There are also other weaknesses this model face. Firstly, the machine learning model is only trained using earnings per share, and earnings transcript data (e.g. sentiment, prose, and text complexity) which means it doesn’t consider other elements that may impact the price movement of a stock such as press-releases, annual/quarterly reports, economic news, momentum of the stock.
Furthermore, since I’m analysing based on qualitative data (i.e. earnings transcripts instead of quantitative data such as moving average, relative strength index etc.) this may mean the model cannot give a precise quantitative percentage estimation.

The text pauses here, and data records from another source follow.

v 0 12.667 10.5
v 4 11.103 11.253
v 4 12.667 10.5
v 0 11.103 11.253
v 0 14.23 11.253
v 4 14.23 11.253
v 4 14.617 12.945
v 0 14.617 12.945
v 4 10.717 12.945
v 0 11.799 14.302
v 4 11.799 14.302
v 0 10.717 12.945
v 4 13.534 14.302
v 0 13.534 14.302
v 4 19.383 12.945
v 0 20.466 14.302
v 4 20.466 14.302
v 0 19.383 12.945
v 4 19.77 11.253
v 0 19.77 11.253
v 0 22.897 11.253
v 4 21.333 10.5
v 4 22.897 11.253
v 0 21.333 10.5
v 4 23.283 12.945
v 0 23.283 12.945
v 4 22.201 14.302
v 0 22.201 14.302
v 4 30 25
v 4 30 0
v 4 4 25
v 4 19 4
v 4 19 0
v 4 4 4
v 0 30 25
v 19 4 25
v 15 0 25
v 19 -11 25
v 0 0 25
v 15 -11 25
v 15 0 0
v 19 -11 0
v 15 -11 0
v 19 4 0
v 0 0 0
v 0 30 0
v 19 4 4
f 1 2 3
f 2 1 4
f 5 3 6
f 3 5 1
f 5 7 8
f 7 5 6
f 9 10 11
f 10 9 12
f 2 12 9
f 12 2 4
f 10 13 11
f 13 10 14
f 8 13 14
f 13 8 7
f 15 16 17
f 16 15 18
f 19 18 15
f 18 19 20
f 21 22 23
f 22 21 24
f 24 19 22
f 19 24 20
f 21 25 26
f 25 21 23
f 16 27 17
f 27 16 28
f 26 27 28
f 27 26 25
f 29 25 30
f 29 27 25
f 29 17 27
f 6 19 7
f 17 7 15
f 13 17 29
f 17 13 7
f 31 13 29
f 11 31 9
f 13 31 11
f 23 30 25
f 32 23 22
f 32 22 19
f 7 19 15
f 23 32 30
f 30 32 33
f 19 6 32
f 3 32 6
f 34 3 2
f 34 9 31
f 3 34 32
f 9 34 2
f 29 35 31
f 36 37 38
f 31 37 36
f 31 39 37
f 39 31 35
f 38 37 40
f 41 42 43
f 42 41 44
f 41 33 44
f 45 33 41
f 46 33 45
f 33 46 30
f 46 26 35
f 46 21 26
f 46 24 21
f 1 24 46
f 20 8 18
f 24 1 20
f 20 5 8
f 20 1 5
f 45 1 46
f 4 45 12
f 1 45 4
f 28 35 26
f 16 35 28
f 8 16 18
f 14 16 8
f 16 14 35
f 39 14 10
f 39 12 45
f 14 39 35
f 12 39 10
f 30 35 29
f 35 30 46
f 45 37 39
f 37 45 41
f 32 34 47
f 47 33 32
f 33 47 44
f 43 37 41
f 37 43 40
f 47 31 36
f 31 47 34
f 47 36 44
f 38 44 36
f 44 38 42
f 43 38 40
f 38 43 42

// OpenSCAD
// preview[view:north east, tilt:top diagonal]
$fs = 2*1;
$fa = 2*1;

//how wide should the part be?
wall_width = 25; //[15:50]

//how thick (strong) should the walls be?
wall_depth = 4; //[4:10]

//how far from the attached surface should the lip be?
hook_depth = 15; //[10:30]

//how high should the lip go?
hook_lip = 15; //[10:30]

//how tall should the attaching part be?
anchor_height = 30; //[30:100]

//diameter of screw hole
screw_diameter = 4; //[4:10]
screw_r = screw_diameter / 2;

//what is the additional width of the widest part of the flange
screw_flange = 0; //[0:5]

sqrt2 = sqrt(2);

cube([hook_depth, wall_depth, wall_width]);
translate([hook_depth, wall_depth-hook_lip, 0])
	cube([wall_depth, hook_lip, wall_width]);
difference() {
	cube([wall_depth, anchor_height, wall_width]);
	
	for(y=[1:2]) {
		translate([-1, wall_depth + (y * (anchor_height - wall_depth) / 3), wall_width / 2])
		rotate([0, 90, 0])
			screw_hole();
	}
}
intersection() {
	cube([hook_depth + wall_depth, hook_depth + wall_depth, wall_depth]);
	rotate([0, 0, 45])
		translate([-sqrt2 * hook_depth / 2, -sqrt2 * hook_depth / 2, 0])
			cube([sqrt2 * (hook_depth + wall_depth), sqrt2 * (hook_depth + wall_depth), wall_depth]);
}

module screw_hole() {
	cylinder(r1=screw_r, r2 = screw_r + screw_flange/2, h=wall_depth + 2);
}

In addition the features I extracted from earnings transcript at this stage may not be very useful to feed into a LSTM network as stated before, which means finding new ways to feature engineering will benefit the accuracy significantly.
The model may improve by including some of the specification points I didn’t meet, such as the ability to read financial statements and spot irregularities with past statements (e.g. spotting new footnotes, and new risk factors in 10K and 10Qs). To do this, I need to find a reliable API that provides this information. Another improvement is to include the general sentiments of retail investors towards a specific stock (and measure its changes over time) by scraping content from Twitter, Reddit, and StockTwits.
Nonetheless, at present, using a binary classification model, an effective strategy is to go long on shares predicted to overperform (e.g. labelled bin1); and to short those labelled (e.g. labelled bin2). If I was given more time, I would also feature extraction all stocks and evaluate which sector presents the highest accuracies. Another improvement is to handle feature extraction differently for each sector, for example, for the tech sector, we can add custom features such as emphathising “growth rate” in the analysis, whereas for banks, we can emphathise “balance sheet” or “interest rate”. Furthermore, we can perhaps avoid data imbalances using methods such as over/under-sampling, or by using a classification model that features a weighted loss function.